Collected data:
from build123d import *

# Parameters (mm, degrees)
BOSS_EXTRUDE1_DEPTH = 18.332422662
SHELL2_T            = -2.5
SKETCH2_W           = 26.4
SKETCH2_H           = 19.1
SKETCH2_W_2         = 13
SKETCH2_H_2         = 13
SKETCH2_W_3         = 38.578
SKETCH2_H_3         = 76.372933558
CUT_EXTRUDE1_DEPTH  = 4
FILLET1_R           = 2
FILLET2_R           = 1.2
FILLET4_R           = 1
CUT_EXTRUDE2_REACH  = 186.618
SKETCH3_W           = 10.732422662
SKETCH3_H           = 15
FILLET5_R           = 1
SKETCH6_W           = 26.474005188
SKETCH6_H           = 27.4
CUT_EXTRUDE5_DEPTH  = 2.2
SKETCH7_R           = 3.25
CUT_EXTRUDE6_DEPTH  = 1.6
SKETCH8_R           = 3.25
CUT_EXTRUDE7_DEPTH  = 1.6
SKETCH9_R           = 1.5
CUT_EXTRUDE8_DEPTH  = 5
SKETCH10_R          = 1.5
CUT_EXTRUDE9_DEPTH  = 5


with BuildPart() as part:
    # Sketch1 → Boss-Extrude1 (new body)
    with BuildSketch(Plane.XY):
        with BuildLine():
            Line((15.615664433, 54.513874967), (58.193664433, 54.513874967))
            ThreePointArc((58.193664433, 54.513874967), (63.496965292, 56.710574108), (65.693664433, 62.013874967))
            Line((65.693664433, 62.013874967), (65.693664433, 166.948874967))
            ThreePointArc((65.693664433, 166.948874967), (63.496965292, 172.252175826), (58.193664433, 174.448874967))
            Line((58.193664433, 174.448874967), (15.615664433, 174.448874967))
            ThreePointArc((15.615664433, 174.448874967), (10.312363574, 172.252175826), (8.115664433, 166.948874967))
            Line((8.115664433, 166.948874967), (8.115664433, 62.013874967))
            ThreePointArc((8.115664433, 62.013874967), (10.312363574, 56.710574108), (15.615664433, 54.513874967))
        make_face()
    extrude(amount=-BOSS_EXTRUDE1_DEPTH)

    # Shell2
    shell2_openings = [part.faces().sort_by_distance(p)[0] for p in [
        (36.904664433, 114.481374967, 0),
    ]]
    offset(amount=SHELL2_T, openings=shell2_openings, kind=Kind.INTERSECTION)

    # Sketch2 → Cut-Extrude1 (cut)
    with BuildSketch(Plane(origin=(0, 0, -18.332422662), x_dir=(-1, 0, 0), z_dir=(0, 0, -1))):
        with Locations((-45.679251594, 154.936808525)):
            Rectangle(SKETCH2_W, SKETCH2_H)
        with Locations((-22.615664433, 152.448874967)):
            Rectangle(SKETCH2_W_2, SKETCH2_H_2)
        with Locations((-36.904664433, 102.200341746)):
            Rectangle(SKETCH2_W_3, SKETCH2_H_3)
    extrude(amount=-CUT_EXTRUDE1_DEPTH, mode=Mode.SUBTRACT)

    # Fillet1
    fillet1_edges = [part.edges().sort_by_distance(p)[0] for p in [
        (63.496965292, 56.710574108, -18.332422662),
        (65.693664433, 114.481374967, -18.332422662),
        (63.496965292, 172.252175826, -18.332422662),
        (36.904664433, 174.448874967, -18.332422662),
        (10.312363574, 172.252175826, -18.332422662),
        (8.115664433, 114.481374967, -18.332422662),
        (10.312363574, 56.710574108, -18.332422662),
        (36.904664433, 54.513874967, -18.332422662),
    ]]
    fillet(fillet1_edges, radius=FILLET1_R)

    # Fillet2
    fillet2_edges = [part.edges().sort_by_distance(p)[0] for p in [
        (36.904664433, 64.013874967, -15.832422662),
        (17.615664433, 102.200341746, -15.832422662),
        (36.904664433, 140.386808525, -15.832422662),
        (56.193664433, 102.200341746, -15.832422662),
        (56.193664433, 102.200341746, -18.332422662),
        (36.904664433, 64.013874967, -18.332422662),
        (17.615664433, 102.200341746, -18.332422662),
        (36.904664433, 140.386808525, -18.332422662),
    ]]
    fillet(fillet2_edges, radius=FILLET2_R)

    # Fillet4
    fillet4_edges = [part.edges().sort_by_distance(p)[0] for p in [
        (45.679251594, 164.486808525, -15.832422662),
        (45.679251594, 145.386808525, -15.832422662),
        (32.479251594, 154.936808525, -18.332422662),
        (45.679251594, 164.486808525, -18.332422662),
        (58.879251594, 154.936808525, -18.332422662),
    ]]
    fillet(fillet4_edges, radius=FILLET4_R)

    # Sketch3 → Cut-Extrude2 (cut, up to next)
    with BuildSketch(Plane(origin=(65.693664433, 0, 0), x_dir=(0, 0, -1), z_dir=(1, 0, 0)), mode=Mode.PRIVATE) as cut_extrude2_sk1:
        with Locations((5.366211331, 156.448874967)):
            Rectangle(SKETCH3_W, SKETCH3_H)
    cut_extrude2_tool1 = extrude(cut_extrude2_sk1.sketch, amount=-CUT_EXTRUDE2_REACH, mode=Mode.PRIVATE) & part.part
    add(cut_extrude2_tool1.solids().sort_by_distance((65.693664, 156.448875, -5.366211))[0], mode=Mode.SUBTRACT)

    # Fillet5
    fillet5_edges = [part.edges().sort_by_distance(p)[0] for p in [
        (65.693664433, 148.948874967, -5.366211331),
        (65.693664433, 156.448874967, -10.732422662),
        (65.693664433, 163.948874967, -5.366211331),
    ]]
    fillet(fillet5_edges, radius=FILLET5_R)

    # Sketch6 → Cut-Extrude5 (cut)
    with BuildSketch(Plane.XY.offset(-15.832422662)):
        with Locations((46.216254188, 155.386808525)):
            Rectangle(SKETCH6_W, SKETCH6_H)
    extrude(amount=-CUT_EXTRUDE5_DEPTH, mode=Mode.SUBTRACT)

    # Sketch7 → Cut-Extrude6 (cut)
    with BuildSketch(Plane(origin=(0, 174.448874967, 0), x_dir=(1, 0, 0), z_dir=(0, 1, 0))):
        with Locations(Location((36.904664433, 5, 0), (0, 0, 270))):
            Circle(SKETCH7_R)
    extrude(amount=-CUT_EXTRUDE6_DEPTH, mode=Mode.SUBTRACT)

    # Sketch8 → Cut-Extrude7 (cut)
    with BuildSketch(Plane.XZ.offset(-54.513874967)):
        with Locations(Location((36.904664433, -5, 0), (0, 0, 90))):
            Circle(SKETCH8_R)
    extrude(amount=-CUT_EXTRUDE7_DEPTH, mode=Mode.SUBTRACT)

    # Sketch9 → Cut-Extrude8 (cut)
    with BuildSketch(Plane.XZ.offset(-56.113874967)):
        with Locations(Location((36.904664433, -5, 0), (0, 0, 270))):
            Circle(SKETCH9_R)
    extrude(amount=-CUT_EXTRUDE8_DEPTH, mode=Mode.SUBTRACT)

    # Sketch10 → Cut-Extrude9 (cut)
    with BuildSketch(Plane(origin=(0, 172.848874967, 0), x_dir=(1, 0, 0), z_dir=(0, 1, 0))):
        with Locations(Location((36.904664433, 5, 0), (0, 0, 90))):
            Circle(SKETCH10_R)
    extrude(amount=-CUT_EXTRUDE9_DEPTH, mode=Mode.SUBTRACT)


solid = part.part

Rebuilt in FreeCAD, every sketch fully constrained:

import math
import FreeCAD as App
import Part
import Sketcher
Q = App.Units.Quantity


def edges_at(feature, points):
    """Names of the edges that pass closest to the given points."""
    edges = feature.Shape.Edges
    near = lambda p: min(range(len(edges)), key=lambda i: edges[i].distToShape(Part.Vertex(*p))[0])
    return sorted({f"Edge{near(p) + 1}" for p in points})


def faces_at(feature, points):
    """Names of the faces that lie closest to the given points."""
    faces = feature.Shape.Faces
    near = lambda p: min(range(len(faces)), key=lambda i: faces[i].distToShape(Part.Vertex(*p))[0])
    return sorted({f"Face{near(p) + 1}" for p in points})


def add_polygon(sketch, points):
    """Adds a closed chain of lines whose ends are joined by coincident constraints."""
    first, n = sketch.GeometryCount, len(points)
    for a, b in zip(points, points[1:] + points[:1]):
        sketch.addGeometry(Part.LineSegment(App.Vector(*a, 0), App.Vector(*b, 0)), False)
    for i in range(n):
        sketch.addConstraint(Sketcher.Constraint("Coincident", first + i, 2, first + (i + 1) % n, 1))

doc = App.newDocument("Part")
params = doc.addObject("Spreadsheet::Sheet", "Params")
for row, (alias, value) in enumerate([
    ("sketch1_radius", "7.5 mm"),
    ("pad1_length", "18.332423 mm"),
    ("thickness_wall", "2.5 mm"),
    ("sketch2_width", "13 mm"),
    ("sketch2_width2", "26.4 mm"),
    ("sketch2_height", "19.1 mm"),
    ("pocket1_length", "4 mm"),
    ("fillet_radius", "2 mm"),
    ("fillet2_radius", "1.2 mm"),
    ("fillet3_radius", "1 mm"),
    ("sketch3_width", "15 mm"),
    ("fillet4_radius", "1 mm"),
    ("sketch4_height", "27.4 mm"),
    ("pocket3_length", "2.2 mm"),
    ("sketch5_diameter", "6.5 mm"),
    ("pocket4_length", "1.6 mm"),
    ("sketch6_diameter", "6.5 mm"),
    ("pocket5_length", "1.6 mm"),
    ("sketch7_diameter", "3 mm"),
    ("pocket6_length", "5 mm"),
    ("sketch8_diameter", "3 mm"),
    ("pocket7_length", "5 mm"),
], start=1):
    params.set(f"A{row}", alias)
    params.set(f"B{row}", "=" + value)
    params.setAlias(f"B{row}", alias)

body = doc.addObject("PartDesign::Body", "Body")

sketch1 = doc.addObject("Sketcher::SketchObject", "Sketch")
body.addObject(sketch1)
sketch1.AttachmentSupport = (doc.XY_Plane, [""])
sketch1.MapMode = "FlatFace"
sketch1.addGeometry([
    Part.LineSegment(App.Vector(16, 55, 0), App.Vector(58, 55, 0)),
    Part.ArcOfCircle(Part.Circle(App.Vector(58, 62, 0), App.Vector(0, 0, 1), 8), math.radians(-90), math.radians(0)),
    Part.LineSegment(App.Vector(66, 62, 0), App.Vector(66, 167, 0)),
    Part.ArcOfCircle(Part.Circle(App.Vector(58, 167, 0), App.Vector(0, 0, 1), 8), math.radians(0), math.radians(90)),
    Part.LineSegment(App.Vector(58, 174, 0), App.Vector(16, 174, 0)),
    Part.ArcOfCircle(Part.Circle(App.Vector(16, 167, 0), App.Vector(0, 0, 1), 8), math.radians(90), math.radians(180)),
    Part.LineSegment(App.Vector(8, 167, 0), App.Vector(8, 62, 0)),
    Part.ArcOfCircle(Part.Circle(App.Vector(16, 62, 0), App.Vector(0, 0, 1), 8), math.radians(180), math.radians(270)),
], False)
sketch1.addConstraint([
    Sketcher.Constraint("Tangent", 0, 2, 1, 1),
    Sketcher.Constraint("Tangent", 1, 2, 2, 1),
    Sketcher.Constraint("Tangent", 2, 2, 3, 1),
    Sketcher.Constraint("Tangent", 3, 2, 4, 1),
    Sketcher.Constraint("Tangent", 4, 2, 5, 1),
    Sketcher.Constraint("Tangent", 5, 2, 6, 1),
    Sketcher.Constraint("Tangent", 6, 2, 7, 1),
    Sketcher.Constraint("Tangent", 7, 2, 0, 1),
    Sketcher.Constraint("Horizontal", 0),
    Sketcher.Constraint("Vertical", 2),
    Sketcher.Constraint("Horizontal", 4),
    Sketcher.Constraint("Vertical", 6),
    Sketcher.Constraint("Equal", 1, 3),
    Sketcher.Constraint("Equal", 3, 5),
    Sketcher.Constraint("Equal", 5, 7),
    Sketcher.Constraint("Radius", 1, Q("7.5 mm")),
    Sketcher.Constraint("DistanceX", 0, 1, 0, 2, Q("42.578 mm")),
    Sketcher.Constraint("DistanceY", 2, 1, 2, 2, Q("104.935 mm")),
    Sketcher.Constraint("DistanceX", -1, 1, 1, 3, Q("58.193664 mm")),
    Sketcher.Constraint("DistanceY", -1, 1, 1, 3, Q("62.013875 mm")),
])
sketch1.setExpression("Constraints[15]", "Params.sketch1_radius")
pad1 = doc.addObject("PartDesign::Pad", "Pad")
body.addObject(pad1)
pad1.Profile = sketch1
pad1.setExpression("Length", "Params.pad1_length")
pad1.Reversed = True
doc.recompute()

thickness = doc.addObject("PartDesign::Thickness", "Thickness")
body.addObject(thickness)
thickness.Base = (pad1, faces_at(pad1, [(36.905, 114.481, 0)]))
thickness.setExpression("Value", "Params.thickness_wall")
thickness.Reversed = True
thickness.Join = "Intersection"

> [What you have to do]
Reproduce exactly the lines above from the line with "fillet(fillet2_edges, radius=FILLET2_R)" to the line with "fillet5_edges = [part.edges().sort_by_distance(p)[0]", including both, and add nothing.

> [Answer to the problem]
    fillet(fillet2_edges, radius=FILLET2_R)

    # Fillet4
    fillet4_edges = [part.edges().sort_by_distance(p)[0] for p in [
        (45.679251594, 164.486808525, -15.832422662),
        (45.679251594, 145.386808525, -15.832422662),
        (32.479251594, 154.936808525, -18.332422662),
        (45.679251594, 164.486808525, -18.332422662),
        (58.879251594, 154.936808525, -18.332422662),
    ]]
    fillet(fillet4_edges, radius=FILLET4_R)

    # Sketch3 → Cut-Extrude2 (cut, up to next)
    with BuildSketch(Plane(origin=(65.693664433, 0, 0), x_dir=(0, 0, -1), z_dir=(1, 0, 0)), mode=Mode.PRIVATE) as cut_extrude2_sk1:
        with Locations((5.366211331, 156.448874967)):
            Rectangle(SKETCH3_W, SKETCH3_H)
    cut_extrude2_tool1 = extrude(cut_extrude2_sk1.sketch, amount=-CUT_EXTRUDE2_REACH, mode=Mode.PRIVATE) & part.part
    add(cut_extrude2_tool1.solids().sort_by_distance((65.693664, 156.448875, -5.366211))[0], mode=Mode.SUBTRACT)

    # Fillet5
    fillet5_edges = [part.edges().sort_by_distance(p)[0] for p in [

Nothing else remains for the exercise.